Australia’s residential market has expanded to record scale, with the total value of dwellings exceeding $11 trillion and the mean dwelling price crossing $1.01 million in the June quarter of 2025. Importantly, values rose across every state and territory in that quarter, led by Queensland and Western Australia (both +2.7% q/q). That breadth of momentum signals a resilient cycle with demand re-accelerating as borrowing capacity improves.
Zooming out to the five-year picture since mid-2020, growth leadership has shifted decisively away from the traditional east-coast powerhouses. Perth is the standout performer, topping the capital-city league table with roughly 75–81% growth in dwelling values over five years, while Brisbane has also surged—up around 75% over the same period. These two markets continue to post some of the strongest quarterly gains in 2025, underscoring ongoing outperformance.
Western Australia (Perth): Supply remains tight and population inflows robust. Five-year value gains north of 75% put WA at the top of the cycle, with 2025 quarterly growth trends still among the nation’s strongest. For brokers, investor interest remains solid given relative affordability versus Sydney/Melbourne and healthy yields.
Queensland (Brisbane and regions): Queensland’s momentum has been broad-based. In the June quarter 2025, the state matched WA for the strongest value uplift (+2.7% q/q). Outside Brisbane, many regional centres (e.g., Rockhampton, Townsville) logged double-digit annual gains in 2025, reflecting investor demand and low vacancy. Expect continued enquiry from upgraders and interstate movers.
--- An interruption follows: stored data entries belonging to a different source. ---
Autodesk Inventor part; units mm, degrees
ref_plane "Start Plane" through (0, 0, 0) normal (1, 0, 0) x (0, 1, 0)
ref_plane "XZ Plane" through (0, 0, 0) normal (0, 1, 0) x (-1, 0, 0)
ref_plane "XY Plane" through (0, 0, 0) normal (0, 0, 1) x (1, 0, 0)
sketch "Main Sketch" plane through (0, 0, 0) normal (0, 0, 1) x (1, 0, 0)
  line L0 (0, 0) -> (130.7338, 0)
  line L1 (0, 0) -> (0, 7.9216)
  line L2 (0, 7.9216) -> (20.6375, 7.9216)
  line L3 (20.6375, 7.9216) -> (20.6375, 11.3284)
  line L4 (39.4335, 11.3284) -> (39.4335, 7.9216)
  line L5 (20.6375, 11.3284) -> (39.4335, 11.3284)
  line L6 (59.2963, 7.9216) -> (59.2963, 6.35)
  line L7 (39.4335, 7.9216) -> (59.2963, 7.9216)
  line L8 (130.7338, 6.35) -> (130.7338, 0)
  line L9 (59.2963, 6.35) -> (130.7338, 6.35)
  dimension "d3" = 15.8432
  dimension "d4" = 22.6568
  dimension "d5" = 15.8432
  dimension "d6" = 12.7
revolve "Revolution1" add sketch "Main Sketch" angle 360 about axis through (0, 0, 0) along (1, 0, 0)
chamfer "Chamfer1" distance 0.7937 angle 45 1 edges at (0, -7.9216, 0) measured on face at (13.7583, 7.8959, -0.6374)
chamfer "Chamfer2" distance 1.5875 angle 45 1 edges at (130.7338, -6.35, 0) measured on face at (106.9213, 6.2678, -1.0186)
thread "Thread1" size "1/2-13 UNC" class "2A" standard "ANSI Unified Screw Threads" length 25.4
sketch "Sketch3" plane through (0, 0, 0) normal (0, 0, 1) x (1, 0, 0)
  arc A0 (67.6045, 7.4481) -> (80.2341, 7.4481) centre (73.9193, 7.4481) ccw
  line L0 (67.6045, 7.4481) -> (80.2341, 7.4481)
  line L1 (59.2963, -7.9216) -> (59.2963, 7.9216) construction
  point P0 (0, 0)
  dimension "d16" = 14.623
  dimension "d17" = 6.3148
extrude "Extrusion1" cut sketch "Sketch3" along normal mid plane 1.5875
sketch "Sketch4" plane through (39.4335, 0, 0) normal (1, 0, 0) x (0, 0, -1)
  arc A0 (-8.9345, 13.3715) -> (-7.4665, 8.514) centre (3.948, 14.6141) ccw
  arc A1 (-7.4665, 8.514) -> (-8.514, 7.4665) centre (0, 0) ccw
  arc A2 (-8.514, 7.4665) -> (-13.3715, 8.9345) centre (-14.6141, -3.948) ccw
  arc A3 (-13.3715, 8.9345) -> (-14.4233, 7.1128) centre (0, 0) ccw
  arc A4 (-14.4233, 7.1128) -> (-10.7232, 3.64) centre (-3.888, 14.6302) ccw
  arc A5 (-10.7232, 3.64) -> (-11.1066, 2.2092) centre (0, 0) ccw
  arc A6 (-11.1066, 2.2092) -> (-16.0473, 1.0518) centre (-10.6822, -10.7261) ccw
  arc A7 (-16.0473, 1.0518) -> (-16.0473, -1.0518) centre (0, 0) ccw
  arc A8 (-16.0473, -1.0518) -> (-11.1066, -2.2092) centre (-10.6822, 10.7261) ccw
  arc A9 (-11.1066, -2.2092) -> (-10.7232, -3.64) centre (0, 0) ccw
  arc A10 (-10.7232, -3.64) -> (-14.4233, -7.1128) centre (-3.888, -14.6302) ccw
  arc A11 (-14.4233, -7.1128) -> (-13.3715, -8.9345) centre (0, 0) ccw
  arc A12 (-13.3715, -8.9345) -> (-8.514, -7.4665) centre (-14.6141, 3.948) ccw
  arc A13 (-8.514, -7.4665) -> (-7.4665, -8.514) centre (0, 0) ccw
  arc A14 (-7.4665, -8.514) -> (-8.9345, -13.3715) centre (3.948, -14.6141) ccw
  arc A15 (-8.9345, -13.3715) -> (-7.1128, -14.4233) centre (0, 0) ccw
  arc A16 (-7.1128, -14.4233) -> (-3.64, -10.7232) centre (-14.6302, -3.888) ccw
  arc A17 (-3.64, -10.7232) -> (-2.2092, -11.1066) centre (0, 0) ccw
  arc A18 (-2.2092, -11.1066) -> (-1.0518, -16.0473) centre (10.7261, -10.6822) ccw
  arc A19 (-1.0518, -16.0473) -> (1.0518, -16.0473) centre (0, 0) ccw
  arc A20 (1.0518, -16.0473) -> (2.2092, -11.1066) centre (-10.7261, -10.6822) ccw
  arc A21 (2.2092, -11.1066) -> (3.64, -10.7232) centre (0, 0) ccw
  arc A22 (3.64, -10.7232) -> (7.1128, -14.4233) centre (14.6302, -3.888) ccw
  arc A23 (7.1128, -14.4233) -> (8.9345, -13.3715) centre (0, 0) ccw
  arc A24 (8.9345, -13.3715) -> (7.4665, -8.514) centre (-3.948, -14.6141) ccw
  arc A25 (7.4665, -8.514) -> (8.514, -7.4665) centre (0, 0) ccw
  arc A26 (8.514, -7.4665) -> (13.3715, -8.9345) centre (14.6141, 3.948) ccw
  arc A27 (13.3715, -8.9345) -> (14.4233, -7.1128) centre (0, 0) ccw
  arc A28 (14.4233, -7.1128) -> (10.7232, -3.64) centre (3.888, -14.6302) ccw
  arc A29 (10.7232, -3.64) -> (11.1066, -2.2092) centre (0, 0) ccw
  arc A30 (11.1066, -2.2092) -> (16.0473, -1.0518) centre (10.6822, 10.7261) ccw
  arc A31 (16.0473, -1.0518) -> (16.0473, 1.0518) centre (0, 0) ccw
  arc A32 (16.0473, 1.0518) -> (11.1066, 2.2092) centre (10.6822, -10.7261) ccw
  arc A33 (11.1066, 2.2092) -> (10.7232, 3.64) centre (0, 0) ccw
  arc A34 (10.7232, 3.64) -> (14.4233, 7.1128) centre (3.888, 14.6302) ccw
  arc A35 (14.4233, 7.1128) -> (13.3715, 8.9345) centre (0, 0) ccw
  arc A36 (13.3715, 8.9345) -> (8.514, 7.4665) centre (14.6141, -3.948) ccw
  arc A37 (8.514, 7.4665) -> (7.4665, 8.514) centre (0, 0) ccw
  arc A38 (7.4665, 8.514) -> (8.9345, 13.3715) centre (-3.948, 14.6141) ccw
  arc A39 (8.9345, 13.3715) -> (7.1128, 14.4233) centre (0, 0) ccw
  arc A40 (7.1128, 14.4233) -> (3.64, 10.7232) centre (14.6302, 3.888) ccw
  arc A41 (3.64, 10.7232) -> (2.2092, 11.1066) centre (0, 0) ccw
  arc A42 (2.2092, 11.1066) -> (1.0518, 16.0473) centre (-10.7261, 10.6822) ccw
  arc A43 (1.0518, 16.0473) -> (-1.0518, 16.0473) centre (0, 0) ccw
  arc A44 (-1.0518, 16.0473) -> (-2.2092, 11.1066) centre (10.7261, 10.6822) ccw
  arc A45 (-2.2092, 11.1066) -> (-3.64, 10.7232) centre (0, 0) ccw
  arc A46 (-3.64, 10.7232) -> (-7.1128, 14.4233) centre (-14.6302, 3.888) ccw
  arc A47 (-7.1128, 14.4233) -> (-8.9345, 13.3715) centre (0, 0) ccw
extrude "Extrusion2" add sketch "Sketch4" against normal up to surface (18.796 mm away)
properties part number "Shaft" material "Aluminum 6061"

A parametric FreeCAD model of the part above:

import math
import FreeCAD as App
import Part
import Sketcher

V = App.Vector
Q = App.Units.Quantity


def edges_at(feature, points):
    """Names of the edges that pass closest to the given points."""
    edges = feature.Shape.Edges
    near = lambda p: min(range(len(edges)), key=lambda i: edges[i].distToShape(Part.Vertex(*p))[0])
    return sorted({f"Edge{near(p) + 1}" for p in points})

doc = App.newDocument("Part")
body = doc.addObject("PartDesign::Body", "Body")

# Sketch on XY plane
sketch1 = body.newObject("Sketcher::SketchObject", "Sketch")
sketch1.AttachmentSupport = (doc.getObject("XY_Plane"), [""])
sketch1.MapMode = "FlatFace"
sketch1.addGeometry(Part.LineSegment(V(0, 7.9216, 0), V(0, 0, 0)), False)
sketch1.addGeometry(Part.LineSegment(V(0, 0, 0), V(130.7338, 0, 0)), False)
sketch1.addGeometry(Part.LineSegment(V(130.7338, 0, 0), V(130.7338, 6.35, 0)), False)
sketch1.addGeometry(Part.LineSegment(V(130.7338, 6.35, 0), V(59.2963, 6.35, 0)), False)
sketch1.addGeometry(Part.LineSegment(V(59.2963, 6.35, 0), V(59.2963, 7.9216, 0)), False)
sketch1.addGeometry(Part.LineSegment(V(59.2963, 7.9216, 0), V(39.4335, 7.9216, 0)), False)
sketch1.addGeometry(Part.LineSegment(V(39.4335, 7.9216, 0), V(39.4335, 11.3284, 0)), False)
sketch1.addGeometry(Part.LineSegment(V(39.4335, 11.3284, 0), V(20.6375, 11.3284, 0)), False)
sketch1.addGeometry(Part.LineSegment(V(20.6375, 11.3284, 0), V(20.6375, 7.9216, 0)), False)
sketch1.addGeometry(Part.LineSegment(V(20.6375, 7.9216, 0), V(0, 7.9216, 0)), False)
sketch1.addConstraint(Sketcher.Constraint("Coincident", 0, 2, 1, 1))
sketch1.addConstraint(Sketcher.Constraint("Coincident", 1, 2, 2, 1))
sketch1.addConstraint(Sketcher.Constraint("Coincident", 2, 2, 3, 1))
sketch1.addConstraint(Sketcher.Constraint("Coincident", 3, 2, 4, 1))
sketch1.addConstraint(Sketcher.Constraint("Coincident", 4, 2, 5, 1))
sketch1.addConstraint(Sketcher.Constraint("Coincident", 5, 2, 6, 1))
sketch1.addConstraint(Sketcher.Constraint("Coincident", 6, 2, 7, 1))
sketch1.addConstraint(Sketcher.Constraint("Coincident", 7, 2, 8, 1))
sketch1.addConstraint(Sketcher.Constraint("Coincident", 8, 2, 9, 1))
South Australia (Adelaide): Adelaide has been a quiet achiever through the cycle, with 2025 seeing units close the gap on houses as buyers trade off space for affordability and amenity. This tilt toward medium-density stock is widening the addressable borrower base—from first-home buyers to downsizers—supporting steady origination pipelines.
New South Wales (Sydney) and Victoria (Melbourne): While the five-year gains are smaller than in Perth/Brisbane, both cities re-entered growth in 2025 as the rate cycle turned and sentiment improved, with all capitals recording quarterly price rises for the first time in four years. Refinance and restructure conversations remain active as borrowers reset from the fixed-rate cliff and re-enter purchase cycles.
Macro drivers matter for conversion. The Reserve Bank’s pivot to easing in 2025 has materially lifted borrowing capacity and demand at the margin, supporting a broad-based upswing across houses and units. National home values notched consecutive monthly and quarterly gains through mid-2025, reversing the late-2024 soft patch. For brokers, that translates into more pre-approvals converting and a deeper pipeline across both owner-occupier and investor segments.
What this means for your book
1. Purchase readiness is back: More borrowers can qualify as rates step down and incomes catch up. Prioritise lapsed pre-approvals from 2024.
2. Investor resurgence in affordable leaders: WA and QLD yields plus capital-growth narratives are drawing investors—tailor servicing calculators to these markets’ price points.
3. Product fit for medium-density buyers: Adelaide’s unit market highlights demand for smaller deposits and LMI-efficient structures.
4. Equity-release opportunities: Five-year capital gains in Perth/Brisbane create scope for equity-funded upgrades or investment purchases; revisit 2020–2022 cohorts.
Bottom line: Australia’s market is bigger, more resilient, and geographically re-balanced. Focus your origination and refinance strategies where momentum is strongest (WA, QLD, SA), while re-engaging Sydney/Melbourne clients benefiting from renewed price traction and improved serviceability.